(ブルームバーグ): 中国の不動産開発大手で、経営難に陥っている中国恒大集団はオフショア債の債権者と再編計画に関して「積極的に話し合う」方針を3日遅くに発表し、債務再編がいよいよ迫っている可能性がある。景気の腰折れを招かずに過剰債務を抑える取り組みを進める習近平指導部にとって、新たな試練となる。

  中国恒大は3日の発表によって、本土内外で抱える3000億ドル(約33兆9000億円)相当の負債が持続不可能になったことをこれまでで最も明確に認めた形だ。

  これを受けて、中国当局は救済に向けた調整を進めるのではなく、住宅所有者や金融システム、経済全般への余波を抑え込もうとしていることを示唆する声明を相次いで発表。中には中国恒大の発表からわずか数分後に出された声明もあった。

  同社が本社を置く広東省の政府は創業者の許家印会長を呼び出し、今回の発表に関して懸念を表明。「正常な」業務の確保に向けて担当チームを派遣すると明らかにした。
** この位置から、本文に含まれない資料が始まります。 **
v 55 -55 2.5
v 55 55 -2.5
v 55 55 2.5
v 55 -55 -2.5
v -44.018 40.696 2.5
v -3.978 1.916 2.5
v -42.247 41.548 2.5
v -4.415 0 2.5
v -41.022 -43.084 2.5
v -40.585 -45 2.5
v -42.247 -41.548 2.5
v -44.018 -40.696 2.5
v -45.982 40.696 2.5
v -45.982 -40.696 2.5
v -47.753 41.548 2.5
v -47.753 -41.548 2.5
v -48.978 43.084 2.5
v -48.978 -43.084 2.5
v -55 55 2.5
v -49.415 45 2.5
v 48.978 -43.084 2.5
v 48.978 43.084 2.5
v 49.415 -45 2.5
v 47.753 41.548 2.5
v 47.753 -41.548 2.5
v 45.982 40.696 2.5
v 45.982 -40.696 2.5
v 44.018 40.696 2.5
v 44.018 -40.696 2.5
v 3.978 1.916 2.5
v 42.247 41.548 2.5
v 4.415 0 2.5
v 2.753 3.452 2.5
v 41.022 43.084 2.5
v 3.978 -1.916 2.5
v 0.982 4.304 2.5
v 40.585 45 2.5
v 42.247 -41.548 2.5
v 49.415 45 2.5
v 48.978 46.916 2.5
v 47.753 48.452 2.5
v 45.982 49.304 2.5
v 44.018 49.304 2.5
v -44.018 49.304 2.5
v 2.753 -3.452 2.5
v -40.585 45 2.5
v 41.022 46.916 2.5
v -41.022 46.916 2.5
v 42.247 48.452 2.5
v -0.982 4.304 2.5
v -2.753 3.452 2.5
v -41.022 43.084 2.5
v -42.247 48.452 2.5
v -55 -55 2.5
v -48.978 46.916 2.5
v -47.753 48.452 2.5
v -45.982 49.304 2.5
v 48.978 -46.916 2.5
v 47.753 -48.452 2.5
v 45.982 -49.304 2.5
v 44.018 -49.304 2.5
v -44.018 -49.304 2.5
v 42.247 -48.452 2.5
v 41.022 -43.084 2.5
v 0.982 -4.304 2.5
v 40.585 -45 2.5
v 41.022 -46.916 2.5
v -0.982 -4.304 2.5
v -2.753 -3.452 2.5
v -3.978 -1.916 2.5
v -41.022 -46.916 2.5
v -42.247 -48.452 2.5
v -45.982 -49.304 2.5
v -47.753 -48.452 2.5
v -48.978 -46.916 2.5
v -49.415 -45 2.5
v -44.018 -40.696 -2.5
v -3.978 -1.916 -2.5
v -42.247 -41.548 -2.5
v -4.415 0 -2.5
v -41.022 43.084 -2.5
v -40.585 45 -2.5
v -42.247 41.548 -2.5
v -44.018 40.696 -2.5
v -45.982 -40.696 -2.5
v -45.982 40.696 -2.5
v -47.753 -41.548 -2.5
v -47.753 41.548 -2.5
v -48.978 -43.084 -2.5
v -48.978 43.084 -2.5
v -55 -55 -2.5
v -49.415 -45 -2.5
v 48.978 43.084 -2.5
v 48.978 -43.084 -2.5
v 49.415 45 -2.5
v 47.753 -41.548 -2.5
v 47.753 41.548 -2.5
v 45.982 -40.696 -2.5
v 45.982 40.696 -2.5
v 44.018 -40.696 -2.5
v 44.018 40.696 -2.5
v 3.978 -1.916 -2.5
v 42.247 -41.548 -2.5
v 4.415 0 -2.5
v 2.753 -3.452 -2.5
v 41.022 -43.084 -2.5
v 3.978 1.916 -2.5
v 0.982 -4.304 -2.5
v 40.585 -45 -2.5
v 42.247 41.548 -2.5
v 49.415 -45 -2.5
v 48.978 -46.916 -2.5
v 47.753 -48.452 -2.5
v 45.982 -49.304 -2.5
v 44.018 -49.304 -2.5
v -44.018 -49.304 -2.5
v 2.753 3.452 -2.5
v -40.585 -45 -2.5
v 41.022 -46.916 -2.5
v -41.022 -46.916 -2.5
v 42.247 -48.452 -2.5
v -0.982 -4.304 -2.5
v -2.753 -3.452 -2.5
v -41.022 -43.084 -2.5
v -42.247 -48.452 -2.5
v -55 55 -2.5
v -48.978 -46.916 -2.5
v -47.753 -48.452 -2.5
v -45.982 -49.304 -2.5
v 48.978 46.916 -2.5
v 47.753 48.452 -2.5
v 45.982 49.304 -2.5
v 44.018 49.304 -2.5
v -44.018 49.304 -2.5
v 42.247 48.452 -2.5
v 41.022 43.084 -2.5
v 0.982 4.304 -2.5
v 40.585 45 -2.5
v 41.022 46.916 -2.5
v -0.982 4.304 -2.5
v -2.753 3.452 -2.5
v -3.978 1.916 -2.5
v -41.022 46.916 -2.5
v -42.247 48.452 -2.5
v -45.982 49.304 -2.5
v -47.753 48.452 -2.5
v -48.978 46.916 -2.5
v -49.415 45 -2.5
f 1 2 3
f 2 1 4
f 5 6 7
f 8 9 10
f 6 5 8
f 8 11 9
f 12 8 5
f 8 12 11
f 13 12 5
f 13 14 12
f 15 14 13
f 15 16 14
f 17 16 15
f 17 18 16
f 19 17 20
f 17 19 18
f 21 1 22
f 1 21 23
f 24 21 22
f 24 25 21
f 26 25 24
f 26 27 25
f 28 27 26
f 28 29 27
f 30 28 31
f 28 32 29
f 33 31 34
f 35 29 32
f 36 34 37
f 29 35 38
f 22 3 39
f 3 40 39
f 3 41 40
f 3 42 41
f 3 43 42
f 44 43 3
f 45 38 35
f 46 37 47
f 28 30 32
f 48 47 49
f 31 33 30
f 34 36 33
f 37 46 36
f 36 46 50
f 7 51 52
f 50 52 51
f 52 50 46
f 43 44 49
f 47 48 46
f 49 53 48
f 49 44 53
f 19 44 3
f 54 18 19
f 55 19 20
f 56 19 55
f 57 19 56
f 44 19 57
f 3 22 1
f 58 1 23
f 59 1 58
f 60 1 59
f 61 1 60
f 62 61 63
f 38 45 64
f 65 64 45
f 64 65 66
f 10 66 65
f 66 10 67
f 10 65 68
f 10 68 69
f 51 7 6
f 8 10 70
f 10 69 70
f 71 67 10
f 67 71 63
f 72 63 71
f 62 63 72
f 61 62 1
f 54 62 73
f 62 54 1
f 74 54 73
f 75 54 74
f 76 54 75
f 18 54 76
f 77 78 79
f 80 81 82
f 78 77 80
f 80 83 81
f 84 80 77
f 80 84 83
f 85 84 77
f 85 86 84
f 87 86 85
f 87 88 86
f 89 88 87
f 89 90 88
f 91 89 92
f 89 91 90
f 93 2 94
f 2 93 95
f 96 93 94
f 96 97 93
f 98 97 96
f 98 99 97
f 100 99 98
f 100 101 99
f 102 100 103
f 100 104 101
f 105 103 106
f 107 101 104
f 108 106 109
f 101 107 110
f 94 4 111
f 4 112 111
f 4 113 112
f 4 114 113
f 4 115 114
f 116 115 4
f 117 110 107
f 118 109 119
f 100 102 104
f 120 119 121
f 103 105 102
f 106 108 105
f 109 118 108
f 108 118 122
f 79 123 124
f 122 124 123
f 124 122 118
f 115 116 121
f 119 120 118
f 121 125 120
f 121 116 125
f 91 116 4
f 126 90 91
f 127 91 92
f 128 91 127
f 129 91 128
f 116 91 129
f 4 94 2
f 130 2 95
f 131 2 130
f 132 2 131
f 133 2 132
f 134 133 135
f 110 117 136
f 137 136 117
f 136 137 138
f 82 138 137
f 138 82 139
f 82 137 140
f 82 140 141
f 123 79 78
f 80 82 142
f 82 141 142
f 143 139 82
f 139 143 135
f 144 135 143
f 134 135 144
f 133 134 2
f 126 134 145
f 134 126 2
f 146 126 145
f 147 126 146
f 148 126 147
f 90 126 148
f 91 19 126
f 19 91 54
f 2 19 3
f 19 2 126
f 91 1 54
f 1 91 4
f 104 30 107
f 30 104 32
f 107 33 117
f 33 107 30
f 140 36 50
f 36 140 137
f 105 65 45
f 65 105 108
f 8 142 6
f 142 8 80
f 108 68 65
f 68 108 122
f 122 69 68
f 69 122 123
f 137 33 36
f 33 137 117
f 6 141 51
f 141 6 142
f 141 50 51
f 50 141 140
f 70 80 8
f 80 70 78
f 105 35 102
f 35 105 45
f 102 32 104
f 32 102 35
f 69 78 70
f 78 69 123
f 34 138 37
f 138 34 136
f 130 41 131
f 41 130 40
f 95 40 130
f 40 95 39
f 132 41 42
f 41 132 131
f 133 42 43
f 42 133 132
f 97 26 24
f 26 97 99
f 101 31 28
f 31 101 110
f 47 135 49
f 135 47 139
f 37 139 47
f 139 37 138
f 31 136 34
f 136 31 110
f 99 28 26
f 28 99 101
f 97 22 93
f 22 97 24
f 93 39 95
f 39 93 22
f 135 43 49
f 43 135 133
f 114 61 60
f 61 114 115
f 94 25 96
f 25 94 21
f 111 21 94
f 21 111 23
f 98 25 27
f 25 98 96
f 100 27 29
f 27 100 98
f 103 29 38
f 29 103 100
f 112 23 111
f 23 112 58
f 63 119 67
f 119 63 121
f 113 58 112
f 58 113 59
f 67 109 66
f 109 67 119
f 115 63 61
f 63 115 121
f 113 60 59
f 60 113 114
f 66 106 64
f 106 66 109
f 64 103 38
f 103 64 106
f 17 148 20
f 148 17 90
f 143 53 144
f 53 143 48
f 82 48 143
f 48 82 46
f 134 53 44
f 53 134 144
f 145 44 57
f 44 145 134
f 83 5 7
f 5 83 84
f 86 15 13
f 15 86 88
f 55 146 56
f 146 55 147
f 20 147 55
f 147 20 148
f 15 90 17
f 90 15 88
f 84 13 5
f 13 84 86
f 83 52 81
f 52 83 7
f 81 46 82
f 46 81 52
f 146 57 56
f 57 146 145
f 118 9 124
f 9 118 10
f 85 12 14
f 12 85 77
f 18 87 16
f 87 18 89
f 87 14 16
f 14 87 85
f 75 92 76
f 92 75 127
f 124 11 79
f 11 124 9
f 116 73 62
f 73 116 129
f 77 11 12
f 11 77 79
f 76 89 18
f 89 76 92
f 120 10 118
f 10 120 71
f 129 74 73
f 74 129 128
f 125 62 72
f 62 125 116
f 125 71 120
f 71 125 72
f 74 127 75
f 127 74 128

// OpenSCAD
sr=8.83; //  standard diameter
T=5; //thickness

module bore(){
	cylinder(h=(T+2),d=sr,center=true);
}
/*
module threadrod(){
	color("Blue",0.5) cylinder(h=
}
*/

module isoplate(){
	difference(){
		cube([110,110,T],center=true);
		bore();
		//translate([0,-35,0]) bore();

		translate([45,45,0]) bore();
		translate([45,-45,0]) bore();
		translate([-45,45,0]) bore();
		translate([-45,-45,0]) bore();
	}
	
}

isoplate();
中国人民銀行(中央銀行)は、同社の問題に関して「経営のまずさ」「無謀な拡大」が招いたと批判した。

  中国恒大にとって次の試練は6日に到来する。同社傘下の景程が発行したドル建て社債を巡り、2022年償還債で4190万ドル、23年償還債で4060万ドルの利払いを11月6日までにそれぞれ実行する必要があったが、それを実施できず30日間の猶予期間に入っており、その期限が12月6日に迫っている。